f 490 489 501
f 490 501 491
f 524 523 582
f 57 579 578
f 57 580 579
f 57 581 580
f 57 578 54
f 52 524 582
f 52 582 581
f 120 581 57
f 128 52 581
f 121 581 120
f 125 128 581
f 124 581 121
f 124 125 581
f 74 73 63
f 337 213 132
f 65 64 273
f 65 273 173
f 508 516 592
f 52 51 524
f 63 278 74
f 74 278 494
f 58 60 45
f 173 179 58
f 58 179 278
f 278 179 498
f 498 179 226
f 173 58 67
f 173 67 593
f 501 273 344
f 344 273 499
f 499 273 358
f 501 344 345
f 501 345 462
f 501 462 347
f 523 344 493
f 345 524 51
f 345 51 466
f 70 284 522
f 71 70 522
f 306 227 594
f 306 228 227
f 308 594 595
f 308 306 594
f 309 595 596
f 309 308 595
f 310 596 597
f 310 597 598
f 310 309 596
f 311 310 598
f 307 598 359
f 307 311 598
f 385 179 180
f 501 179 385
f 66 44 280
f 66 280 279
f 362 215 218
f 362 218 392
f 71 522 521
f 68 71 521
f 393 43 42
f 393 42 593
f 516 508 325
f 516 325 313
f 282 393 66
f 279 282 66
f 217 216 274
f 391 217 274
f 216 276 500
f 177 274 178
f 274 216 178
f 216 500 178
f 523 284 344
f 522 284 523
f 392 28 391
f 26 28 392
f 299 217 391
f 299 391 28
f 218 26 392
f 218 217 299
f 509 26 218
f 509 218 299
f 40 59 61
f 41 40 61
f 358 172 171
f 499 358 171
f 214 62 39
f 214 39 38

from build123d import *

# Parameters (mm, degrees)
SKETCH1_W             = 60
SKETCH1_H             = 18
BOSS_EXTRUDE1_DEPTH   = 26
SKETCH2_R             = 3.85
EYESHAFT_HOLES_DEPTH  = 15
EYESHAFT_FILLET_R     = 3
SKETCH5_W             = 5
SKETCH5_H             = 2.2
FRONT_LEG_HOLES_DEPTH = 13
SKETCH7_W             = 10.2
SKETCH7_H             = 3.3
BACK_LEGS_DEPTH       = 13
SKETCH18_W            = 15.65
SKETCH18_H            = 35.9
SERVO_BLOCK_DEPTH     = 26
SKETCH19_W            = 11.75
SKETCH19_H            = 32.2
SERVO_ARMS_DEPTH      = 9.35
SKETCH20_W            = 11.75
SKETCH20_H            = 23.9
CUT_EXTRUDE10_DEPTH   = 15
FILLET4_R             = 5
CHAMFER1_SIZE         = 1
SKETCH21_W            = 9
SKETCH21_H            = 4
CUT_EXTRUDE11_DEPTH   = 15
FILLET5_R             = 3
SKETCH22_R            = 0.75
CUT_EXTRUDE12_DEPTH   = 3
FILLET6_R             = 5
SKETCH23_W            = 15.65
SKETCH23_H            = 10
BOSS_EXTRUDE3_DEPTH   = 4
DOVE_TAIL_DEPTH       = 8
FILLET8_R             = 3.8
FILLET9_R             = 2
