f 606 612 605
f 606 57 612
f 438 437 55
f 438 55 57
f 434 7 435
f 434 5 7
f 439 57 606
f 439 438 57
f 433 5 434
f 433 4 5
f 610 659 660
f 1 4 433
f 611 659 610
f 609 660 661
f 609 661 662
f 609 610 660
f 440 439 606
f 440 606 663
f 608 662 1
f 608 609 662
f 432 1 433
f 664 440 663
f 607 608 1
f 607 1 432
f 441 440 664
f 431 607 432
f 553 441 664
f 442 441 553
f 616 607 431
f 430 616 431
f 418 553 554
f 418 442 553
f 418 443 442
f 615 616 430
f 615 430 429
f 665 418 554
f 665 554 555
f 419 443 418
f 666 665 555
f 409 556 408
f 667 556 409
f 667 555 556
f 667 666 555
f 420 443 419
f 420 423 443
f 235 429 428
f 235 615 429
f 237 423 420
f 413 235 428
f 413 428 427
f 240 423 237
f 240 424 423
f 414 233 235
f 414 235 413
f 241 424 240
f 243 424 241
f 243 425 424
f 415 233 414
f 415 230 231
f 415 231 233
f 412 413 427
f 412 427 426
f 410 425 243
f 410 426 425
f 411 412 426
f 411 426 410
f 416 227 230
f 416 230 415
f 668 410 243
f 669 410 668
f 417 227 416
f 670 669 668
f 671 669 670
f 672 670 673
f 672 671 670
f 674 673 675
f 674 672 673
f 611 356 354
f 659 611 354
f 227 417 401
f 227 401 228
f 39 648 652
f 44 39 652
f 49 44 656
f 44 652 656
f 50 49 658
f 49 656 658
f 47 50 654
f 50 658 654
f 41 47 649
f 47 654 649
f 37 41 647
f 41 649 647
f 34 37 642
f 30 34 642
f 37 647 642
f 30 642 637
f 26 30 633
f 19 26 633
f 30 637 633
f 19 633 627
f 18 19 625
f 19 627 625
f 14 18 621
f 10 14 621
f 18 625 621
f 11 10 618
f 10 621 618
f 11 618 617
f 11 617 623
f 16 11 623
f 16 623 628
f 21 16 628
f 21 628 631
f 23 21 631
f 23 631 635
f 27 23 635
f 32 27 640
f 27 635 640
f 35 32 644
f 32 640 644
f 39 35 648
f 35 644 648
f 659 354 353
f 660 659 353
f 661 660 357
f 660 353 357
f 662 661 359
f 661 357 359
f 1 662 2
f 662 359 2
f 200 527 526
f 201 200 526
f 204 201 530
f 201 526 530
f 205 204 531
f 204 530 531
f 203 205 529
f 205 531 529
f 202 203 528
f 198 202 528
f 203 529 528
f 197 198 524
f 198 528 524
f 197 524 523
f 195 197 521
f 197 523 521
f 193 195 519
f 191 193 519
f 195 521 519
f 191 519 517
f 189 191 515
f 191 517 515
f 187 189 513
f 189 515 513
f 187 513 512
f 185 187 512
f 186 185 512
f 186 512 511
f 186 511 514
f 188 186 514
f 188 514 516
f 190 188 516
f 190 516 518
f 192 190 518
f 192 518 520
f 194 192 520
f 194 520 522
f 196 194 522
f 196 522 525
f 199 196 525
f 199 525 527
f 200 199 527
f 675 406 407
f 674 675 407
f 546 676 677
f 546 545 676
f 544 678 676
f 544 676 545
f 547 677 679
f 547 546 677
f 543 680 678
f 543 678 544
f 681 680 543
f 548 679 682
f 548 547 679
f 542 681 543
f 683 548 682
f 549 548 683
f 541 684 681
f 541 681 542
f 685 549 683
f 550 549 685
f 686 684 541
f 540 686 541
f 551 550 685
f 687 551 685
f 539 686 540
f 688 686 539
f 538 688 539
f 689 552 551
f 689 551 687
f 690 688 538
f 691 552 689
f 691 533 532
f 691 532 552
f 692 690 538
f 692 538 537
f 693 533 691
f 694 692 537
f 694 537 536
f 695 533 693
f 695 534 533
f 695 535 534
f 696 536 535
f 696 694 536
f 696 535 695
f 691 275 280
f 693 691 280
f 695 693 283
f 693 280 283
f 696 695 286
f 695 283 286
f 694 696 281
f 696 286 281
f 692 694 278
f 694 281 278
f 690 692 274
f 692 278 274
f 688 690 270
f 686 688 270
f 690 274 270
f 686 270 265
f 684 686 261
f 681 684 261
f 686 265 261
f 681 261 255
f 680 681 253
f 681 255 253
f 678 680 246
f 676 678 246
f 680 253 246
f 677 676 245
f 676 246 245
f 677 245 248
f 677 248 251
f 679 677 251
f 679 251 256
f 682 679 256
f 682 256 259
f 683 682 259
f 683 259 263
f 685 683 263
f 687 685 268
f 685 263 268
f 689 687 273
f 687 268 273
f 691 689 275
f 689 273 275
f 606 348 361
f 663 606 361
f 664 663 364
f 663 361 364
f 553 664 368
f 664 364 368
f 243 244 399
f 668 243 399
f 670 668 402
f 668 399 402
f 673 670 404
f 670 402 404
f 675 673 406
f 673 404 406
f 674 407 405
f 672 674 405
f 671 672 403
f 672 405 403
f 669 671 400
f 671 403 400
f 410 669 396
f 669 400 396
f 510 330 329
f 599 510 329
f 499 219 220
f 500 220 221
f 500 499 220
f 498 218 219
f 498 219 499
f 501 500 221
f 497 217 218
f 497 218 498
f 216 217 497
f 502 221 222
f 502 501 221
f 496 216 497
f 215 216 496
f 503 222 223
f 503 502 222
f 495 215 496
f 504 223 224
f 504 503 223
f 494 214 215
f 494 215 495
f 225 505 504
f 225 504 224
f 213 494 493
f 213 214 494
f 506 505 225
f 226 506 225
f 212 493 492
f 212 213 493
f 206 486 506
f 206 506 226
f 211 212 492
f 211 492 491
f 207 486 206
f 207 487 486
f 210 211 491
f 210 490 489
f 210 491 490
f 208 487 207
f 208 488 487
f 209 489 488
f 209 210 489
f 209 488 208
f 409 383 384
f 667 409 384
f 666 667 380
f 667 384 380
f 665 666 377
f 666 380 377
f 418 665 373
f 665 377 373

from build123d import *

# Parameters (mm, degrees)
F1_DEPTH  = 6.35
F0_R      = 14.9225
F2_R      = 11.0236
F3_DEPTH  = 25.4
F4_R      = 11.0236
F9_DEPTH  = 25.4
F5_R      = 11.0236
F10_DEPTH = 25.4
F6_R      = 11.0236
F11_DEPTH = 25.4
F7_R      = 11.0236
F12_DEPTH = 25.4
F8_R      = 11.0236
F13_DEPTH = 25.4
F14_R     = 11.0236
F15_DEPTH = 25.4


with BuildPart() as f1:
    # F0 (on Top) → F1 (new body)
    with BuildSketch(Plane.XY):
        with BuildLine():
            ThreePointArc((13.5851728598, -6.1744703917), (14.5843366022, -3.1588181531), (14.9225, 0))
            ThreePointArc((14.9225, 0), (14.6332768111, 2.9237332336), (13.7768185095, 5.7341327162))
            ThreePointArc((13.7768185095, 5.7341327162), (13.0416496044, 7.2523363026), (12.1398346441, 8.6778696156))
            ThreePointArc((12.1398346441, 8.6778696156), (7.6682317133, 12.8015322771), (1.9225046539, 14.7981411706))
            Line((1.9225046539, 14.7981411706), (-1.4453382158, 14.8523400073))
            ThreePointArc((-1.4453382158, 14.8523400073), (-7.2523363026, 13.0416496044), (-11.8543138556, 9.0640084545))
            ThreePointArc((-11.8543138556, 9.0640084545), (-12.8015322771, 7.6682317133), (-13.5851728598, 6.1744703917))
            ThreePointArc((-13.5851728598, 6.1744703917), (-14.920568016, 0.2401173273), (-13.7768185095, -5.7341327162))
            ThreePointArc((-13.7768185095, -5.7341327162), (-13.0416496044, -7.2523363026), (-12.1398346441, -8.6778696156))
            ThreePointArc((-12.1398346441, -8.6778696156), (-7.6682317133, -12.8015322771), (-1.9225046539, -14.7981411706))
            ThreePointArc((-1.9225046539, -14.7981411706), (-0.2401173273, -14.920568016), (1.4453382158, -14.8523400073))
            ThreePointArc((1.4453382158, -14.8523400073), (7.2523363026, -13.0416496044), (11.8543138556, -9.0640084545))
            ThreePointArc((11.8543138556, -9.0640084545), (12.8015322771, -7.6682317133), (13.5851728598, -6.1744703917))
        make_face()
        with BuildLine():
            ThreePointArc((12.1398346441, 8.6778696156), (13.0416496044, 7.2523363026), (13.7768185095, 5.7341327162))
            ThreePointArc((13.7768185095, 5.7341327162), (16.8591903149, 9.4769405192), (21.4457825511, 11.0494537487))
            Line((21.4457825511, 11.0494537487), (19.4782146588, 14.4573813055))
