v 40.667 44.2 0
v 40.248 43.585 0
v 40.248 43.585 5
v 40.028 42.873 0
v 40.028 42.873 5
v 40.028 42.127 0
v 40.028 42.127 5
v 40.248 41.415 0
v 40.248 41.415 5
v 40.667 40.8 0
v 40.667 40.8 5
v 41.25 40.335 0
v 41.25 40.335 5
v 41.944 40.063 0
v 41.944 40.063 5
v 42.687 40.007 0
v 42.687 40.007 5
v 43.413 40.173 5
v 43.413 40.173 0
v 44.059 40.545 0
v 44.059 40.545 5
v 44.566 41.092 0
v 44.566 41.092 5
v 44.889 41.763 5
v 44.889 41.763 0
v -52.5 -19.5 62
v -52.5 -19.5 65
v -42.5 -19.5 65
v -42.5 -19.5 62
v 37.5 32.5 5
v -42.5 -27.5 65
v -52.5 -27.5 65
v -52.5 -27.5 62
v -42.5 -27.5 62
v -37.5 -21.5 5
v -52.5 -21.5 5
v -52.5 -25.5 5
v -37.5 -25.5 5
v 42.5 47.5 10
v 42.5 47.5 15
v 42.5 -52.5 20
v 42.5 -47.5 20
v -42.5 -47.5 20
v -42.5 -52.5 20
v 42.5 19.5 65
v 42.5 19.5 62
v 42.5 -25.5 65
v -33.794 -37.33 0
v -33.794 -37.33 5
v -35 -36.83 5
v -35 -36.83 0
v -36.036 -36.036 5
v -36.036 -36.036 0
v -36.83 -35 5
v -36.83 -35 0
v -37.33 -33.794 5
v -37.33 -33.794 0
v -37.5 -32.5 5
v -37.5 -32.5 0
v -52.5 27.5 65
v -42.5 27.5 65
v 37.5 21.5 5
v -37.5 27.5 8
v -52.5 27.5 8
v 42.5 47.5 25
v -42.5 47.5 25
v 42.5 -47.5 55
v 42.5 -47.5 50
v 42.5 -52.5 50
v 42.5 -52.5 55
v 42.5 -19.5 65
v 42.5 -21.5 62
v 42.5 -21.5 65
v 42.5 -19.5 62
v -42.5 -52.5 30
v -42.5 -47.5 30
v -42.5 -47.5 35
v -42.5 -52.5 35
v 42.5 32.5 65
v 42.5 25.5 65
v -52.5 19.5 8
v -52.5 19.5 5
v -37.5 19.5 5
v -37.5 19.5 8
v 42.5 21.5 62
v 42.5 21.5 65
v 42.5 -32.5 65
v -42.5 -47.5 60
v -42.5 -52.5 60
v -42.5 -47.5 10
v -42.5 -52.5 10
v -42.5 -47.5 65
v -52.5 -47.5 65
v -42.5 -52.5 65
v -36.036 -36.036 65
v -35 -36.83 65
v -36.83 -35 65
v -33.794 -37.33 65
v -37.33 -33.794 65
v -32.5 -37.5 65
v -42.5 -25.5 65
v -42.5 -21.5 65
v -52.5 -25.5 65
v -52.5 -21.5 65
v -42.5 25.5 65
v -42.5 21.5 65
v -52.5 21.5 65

WORK ITEM →
The lines from the start of the entries above through the line containing "f 523 344 493" are the ones to return, please; copy them exactly and include both ends.

OUTPUT FOR THIS TASK →
f 490 489 501
f 490 501 491
f 524 523 582
f 57 579 578
f 57 580 579
f 57 581 580
f 57 578 54
f 52 524 582
f 52 582 581
f 120 581 57
f 128 52 581
f 121 581 120
f 125 128 581
f 124 581 121
f 124 125 581
f 74 73 63
f 337 213 132
f 65 64 273
f 65 273 173
f 508 516 592
f 52 51 524
f 63 278 74
f 74 278 494
f 58 60 45
f 173 179 58
f 58 179 278
f 278 179 498
f 498 179 226
f 173 58 67
f 173 67 593
f 501 273 344
f 344 273 499
f 499 273 358
f 501 344 345
f 501 345 462
f 501 462 347
f 523 344 493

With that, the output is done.